** What you should do **
Having read the data, transcribe all of it without deviation.

+++++

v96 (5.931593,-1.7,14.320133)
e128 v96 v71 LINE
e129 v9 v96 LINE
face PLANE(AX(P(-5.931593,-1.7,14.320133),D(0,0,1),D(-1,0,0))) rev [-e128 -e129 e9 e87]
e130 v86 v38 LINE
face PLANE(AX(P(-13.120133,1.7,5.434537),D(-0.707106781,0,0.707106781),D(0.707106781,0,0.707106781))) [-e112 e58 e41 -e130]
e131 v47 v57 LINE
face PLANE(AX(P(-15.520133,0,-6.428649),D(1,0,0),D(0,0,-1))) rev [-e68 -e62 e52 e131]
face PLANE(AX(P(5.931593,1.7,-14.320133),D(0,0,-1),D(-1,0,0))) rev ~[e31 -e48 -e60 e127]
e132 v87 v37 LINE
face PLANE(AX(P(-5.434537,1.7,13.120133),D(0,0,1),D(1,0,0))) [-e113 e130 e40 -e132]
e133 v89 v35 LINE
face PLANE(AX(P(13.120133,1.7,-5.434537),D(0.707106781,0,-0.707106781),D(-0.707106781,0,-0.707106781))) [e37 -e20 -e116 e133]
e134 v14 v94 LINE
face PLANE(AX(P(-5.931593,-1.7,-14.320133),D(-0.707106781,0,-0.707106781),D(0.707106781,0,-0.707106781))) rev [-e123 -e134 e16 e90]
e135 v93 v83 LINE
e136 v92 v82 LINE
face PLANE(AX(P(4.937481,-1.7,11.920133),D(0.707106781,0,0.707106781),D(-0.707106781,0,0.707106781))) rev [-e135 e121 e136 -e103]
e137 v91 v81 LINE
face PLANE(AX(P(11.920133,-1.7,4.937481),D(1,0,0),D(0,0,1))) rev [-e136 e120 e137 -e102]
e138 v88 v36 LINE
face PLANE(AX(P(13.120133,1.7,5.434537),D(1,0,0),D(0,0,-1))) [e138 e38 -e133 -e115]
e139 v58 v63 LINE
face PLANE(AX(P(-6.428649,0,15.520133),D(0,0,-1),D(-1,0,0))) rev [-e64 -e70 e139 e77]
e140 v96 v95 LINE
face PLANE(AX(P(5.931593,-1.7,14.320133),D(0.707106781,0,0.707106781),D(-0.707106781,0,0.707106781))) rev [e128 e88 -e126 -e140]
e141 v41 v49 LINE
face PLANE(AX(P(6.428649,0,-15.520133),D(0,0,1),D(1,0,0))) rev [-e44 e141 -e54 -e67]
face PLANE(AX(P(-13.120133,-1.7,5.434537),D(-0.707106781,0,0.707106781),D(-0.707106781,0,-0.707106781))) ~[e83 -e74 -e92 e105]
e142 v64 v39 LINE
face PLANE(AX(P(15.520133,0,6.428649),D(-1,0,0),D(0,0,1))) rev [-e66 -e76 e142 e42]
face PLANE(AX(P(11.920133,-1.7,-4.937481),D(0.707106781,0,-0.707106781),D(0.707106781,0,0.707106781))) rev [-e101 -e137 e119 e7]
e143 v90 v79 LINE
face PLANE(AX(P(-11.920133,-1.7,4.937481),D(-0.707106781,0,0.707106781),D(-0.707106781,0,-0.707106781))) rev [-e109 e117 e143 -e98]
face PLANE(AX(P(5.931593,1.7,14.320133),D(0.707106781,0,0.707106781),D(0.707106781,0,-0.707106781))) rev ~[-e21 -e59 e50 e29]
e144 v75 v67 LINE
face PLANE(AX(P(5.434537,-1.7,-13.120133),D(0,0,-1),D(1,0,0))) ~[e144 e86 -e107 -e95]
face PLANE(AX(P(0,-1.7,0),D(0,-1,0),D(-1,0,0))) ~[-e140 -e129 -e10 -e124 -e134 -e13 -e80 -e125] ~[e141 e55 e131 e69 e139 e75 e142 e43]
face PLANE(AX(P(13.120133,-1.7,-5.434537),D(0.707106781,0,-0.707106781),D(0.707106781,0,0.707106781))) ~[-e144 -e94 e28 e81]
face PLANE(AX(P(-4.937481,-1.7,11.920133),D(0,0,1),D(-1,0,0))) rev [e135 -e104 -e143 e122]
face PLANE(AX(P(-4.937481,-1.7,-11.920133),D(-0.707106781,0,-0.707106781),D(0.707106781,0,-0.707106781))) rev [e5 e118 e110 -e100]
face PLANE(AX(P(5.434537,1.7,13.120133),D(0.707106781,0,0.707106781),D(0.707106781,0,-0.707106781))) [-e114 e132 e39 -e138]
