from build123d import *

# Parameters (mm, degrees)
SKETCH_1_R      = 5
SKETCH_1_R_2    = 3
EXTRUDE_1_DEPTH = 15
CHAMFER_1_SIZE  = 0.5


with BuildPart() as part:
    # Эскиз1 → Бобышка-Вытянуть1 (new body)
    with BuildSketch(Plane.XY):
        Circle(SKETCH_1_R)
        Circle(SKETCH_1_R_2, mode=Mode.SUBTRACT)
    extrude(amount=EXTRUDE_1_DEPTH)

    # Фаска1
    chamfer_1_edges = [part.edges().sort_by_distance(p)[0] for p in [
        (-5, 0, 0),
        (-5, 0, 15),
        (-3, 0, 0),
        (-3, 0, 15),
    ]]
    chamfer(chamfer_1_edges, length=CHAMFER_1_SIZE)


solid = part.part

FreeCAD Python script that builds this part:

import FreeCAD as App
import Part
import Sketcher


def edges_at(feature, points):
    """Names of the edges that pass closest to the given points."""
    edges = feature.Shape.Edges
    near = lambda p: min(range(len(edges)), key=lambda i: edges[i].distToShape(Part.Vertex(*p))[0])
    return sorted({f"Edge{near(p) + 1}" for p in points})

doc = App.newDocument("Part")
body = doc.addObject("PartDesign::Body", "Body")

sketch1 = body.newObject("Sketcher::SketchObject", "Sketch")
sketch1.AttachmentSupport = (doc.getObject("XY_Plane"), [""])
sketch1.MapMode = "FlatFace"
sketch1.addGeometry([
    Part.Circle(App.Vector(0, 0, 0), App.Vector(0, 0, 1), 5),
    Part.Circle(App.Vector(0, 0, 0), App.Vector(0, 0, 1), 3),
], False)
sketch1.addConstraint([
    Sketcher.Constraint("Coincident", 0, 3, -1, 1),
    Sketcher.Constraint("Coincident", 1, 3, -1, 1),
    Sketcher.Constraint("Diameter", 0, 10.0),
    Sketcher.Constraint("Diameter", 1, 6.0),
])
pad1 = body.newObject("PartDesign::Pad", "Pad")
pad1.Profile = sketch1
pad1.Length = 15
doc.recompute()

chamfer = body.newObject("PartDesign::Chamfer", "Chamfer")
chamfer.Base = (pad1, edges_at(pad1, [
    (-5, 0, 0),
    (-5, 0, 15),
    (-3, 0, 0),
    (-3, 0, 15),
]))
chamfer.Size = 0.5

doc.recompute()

+++++

** Finished task **
v96 (5.931593,-1.7,14.320133)
e128 v96 v71 LINE
e129 v9 v96 LINE
face PLANE(AX(P(-5.931593,-1.7,14.320133),D(0,0,1),D(-1,0,0))) rev [-e128 -e129 e9 e87]
e130 v86 v38 LINE
face PLANE(AX(P(-13.120133,1.7,5.434537),D(-0.707106781,0,0.707106781),D(0.707106781,0,0.707106781))) [-e112 e58 e41 -e130]
e131 v47 v57 LINE
face PLANE(AX(P(-15.520133,0,-6.428649),D(1,0,0),D(0,0,-1))) rev [-e68 -e62 e52 e131]
face PLANE(AX(P(5.931593,1.7,-14.320133),D(0,0,-1),D(-1,0,0))) rev ~[e31 -e48 -e60 e127]
e132 v87 v37 LINE
face PLANE(AX(P(-5.434537,1.7,13.120133),D(0,0,1),D(1,0,0))) [-e113 e130 e40 -e132]
e133 v89 v35 LINE
face PLANE(AX(P(13.120133,1.7,-5.434537),D(0.707106781,0,-0.707106781),D(-0.707106781,0,-0.707106781))) [e37 -e20 -e116 e133]
e134 v14 v94 LINE
face PLANE(AX(P(-5.931593,-1.7,-14.320133),D(-0.707106781,0,-0.707106781),D(0.707106781,0,-0.707106781))) rev [-e123 -e134 e16 e90]
e135 v93 v83 LINE
e136 v92 v82 LINE
face PLANE(AX(P(4.937481,-1.7,11.920133),D(0.707106781,0,0.707106781),D(-0.707106781,0,0.707106781))) rev [-e135 e121 e136 -e103]
e137 v91 v81 LINE
face PLANE(AX(P(11.920133,-1.7,4.937481),D(1,0,0),D(0,0,1))) rev [-e136 e120 e137 -e102]
e138 v88 v36 LINE
face PLANE(AX(P(13.120133,1.7,5.434537),D(1,0,0),D(0,0,-1))) [e138 e38 -e133 -e115]
e139 v58 v63 LINE
face PLANE(AX(P(-6.428649,0,15.520133),D(0,0,-1),D(-1,0,0))) rev [-e64 -e70 e139 e77]
e140 v96 v95 LINE
face PLANE(AX(P(5.931593,-1.7,14.320133),D(0.707106781,0,0.707106781),D(-0.707106781,0,0.707106781))) rev [e128 e88 -e126 -e140]
e141 v41 v49 LINE
face PLANE(AX(P(6.428649,0,-15.520133),D(0,0,1),D(1,0,0))) rev [-e44 e141 -e54 -e67]
face PLANE(AX(P(-13.120133,-1.7,5.434537),D(-0.707106781,0,0.707106781),D(-0.707106781,0,-0.707106781))) ~[e83 -e74 -e92 e105]
e142 v64 v39 LINE
face PLANE(AX(P(15.520133,0,6.428649),D(-1,0,0),D(0,0,1))) rev [-e66 -e76 e142 e42]
face PLANE(AX(P(11.920133,-1.7,-4.937481),D(0.707106781,0,-0.707106781),D(0.707106781,0,0.707106781))) rev [-e101 -e137 e119 e7]
e143 v90 v79 LINE
face PLANE(AX(P(-11.920133,-1.7,4.937481),D(-0.707106781,0,0.707106781),D(-0.707106781,0,-0.707106781))) rev [-e109 e117 e143 -e98]
face PLANE(AX(P(5.931593,1.7,14.320133),D(0.707106781,0,0.707106781),D(0.707106781,0,-0.707106781))) rev ~[-e21 -e59 e50 e29]
e144 v75 v67 LINE
face PLANE(AX(P(5.434537,-1.7,-13.120133),D(0,0,-1),D(1,0,0))) ~[e144 e86 -e107 -e95]
face PLANE(AX(P(0,-1.7,0),D(0,-1,0),D(-1,0,0))) ~[-e140 -e129 -e10 -e124 -e134 -e13 -e80 -e125] ~[e141 e55 e131 e69 e139 e75 e142 e43]
face PLANE(AX(P(13.120133,-1.7,-5.434537),D(0.707106781,0,-0.707106781),D(0.707106781,0,0.707106781))) ~[-e144 -e94 e28 e81]
face PLANE(AX(P(-4.937481,-1.7,11.920133),D(0,0,1),D(-1,0,0))) rev [e135 -e104 -e143 e122]
face PLANE(AX(P(-4.937481,-1.7,-11.920133),D(-0.707106781,0,-0.707106781),D(0.707106781,0,-0.707106781))) rev [e5 e118 e110 -e100]
face PLANE(AX(P(5.434537,1.7,13.120133),D(0.707106781,0,0.707106781),D(0.707106781,0,-0.707106781))) [-e114 e132 e39 -e138]
from build123d import *

# Parameters (mm, degrees)
SKETCH_1_R      = 5
SKETCH_1_R_2    = 3
EXTRUDE_1_DEPTH = 15
CHAMFER_1_SIZE  = 0.5


with BuildPart() as part:
    # Эскиз1 → Бобышка-Вытянуть1 (new body)
    with BuildSketch(Plane.XY):
        Circle(SKETCH_1_R)
        Circle(SKETCH_1_R_2, mode=Mode.SUBTRACT)
    extrude(amount=EXTRUDE_1_DEPTH)

    # Фаска1
    chamfer_1_edges = [part.edges().sort_by_distance(p)[0] for p in [
        (-5, 0, 0),
        (-5, 0, 15),
        (-3, 0, 0),
        (-3, 0, 15),
    ]]
    chamfer(chamfer_1_edges, length=CHAMFER_1_SIZE)


solid = part.part

FreeCAD Python script that builds this part:

import FreeCAD as App
import Part
import Sketcher


def edges_at(feature, points):
    """Names of the edges that pass closest to the given points."""
    edges = feature.Shape.Edges
    near = lambda p: min(range(len(edges)), key=lambda i: edges[i].distToShape(Part.Vertex(*p))[0])
    return sorted({f"Edge{near(p) + 1}" for p in points})

doc = App.newDocument("Part")
body = doc.addObject("PartDesign::Body", "Body")

sketch1 = body.newObject("Sketcher::SketchObject", "Sketch")
sketch1.AttachmentSupport = (doc.getObject("XY_Plane"), [""])
sketch1.MapMode = "FlatFace"
sketch1.addGeometry([
    Part.Circle(App.Vector(0, 0, 0), App.Vector(0, 0, 1), 5),
    Part.Circle(App.Vector(0, 0, 0), App.Vector(0, 0, 1), 3),
], False)
sketch1.addConstraint([
    Sketcher.Constraint("Coincident", 0, 3, -1, 1),
    Sketcher.Constraint("Coincident", 1, 3, -1, 1),
    Sketcher.Constraint("Diameter", 0, 10.0),
    Sketcher.Constraint("Diameter", 1, 6.0),
])
pad1 = body.newObject("PartDesign::Pad", "Pad")
pad1.Profile = sketch1
pad1.Length = 15
doc.recompute()

chamfer = body.newObject("PartDesign::Chamfer", "Chamfer")
chamfer.Base = (pad1, edges_at(pad1, [
    (-5, 0, 0),
    (-5, 0, 15),
    (-3, 0, 0),
    (-3, 0, 15),
]))
chamfer.Size = 0.5

doc.recompute()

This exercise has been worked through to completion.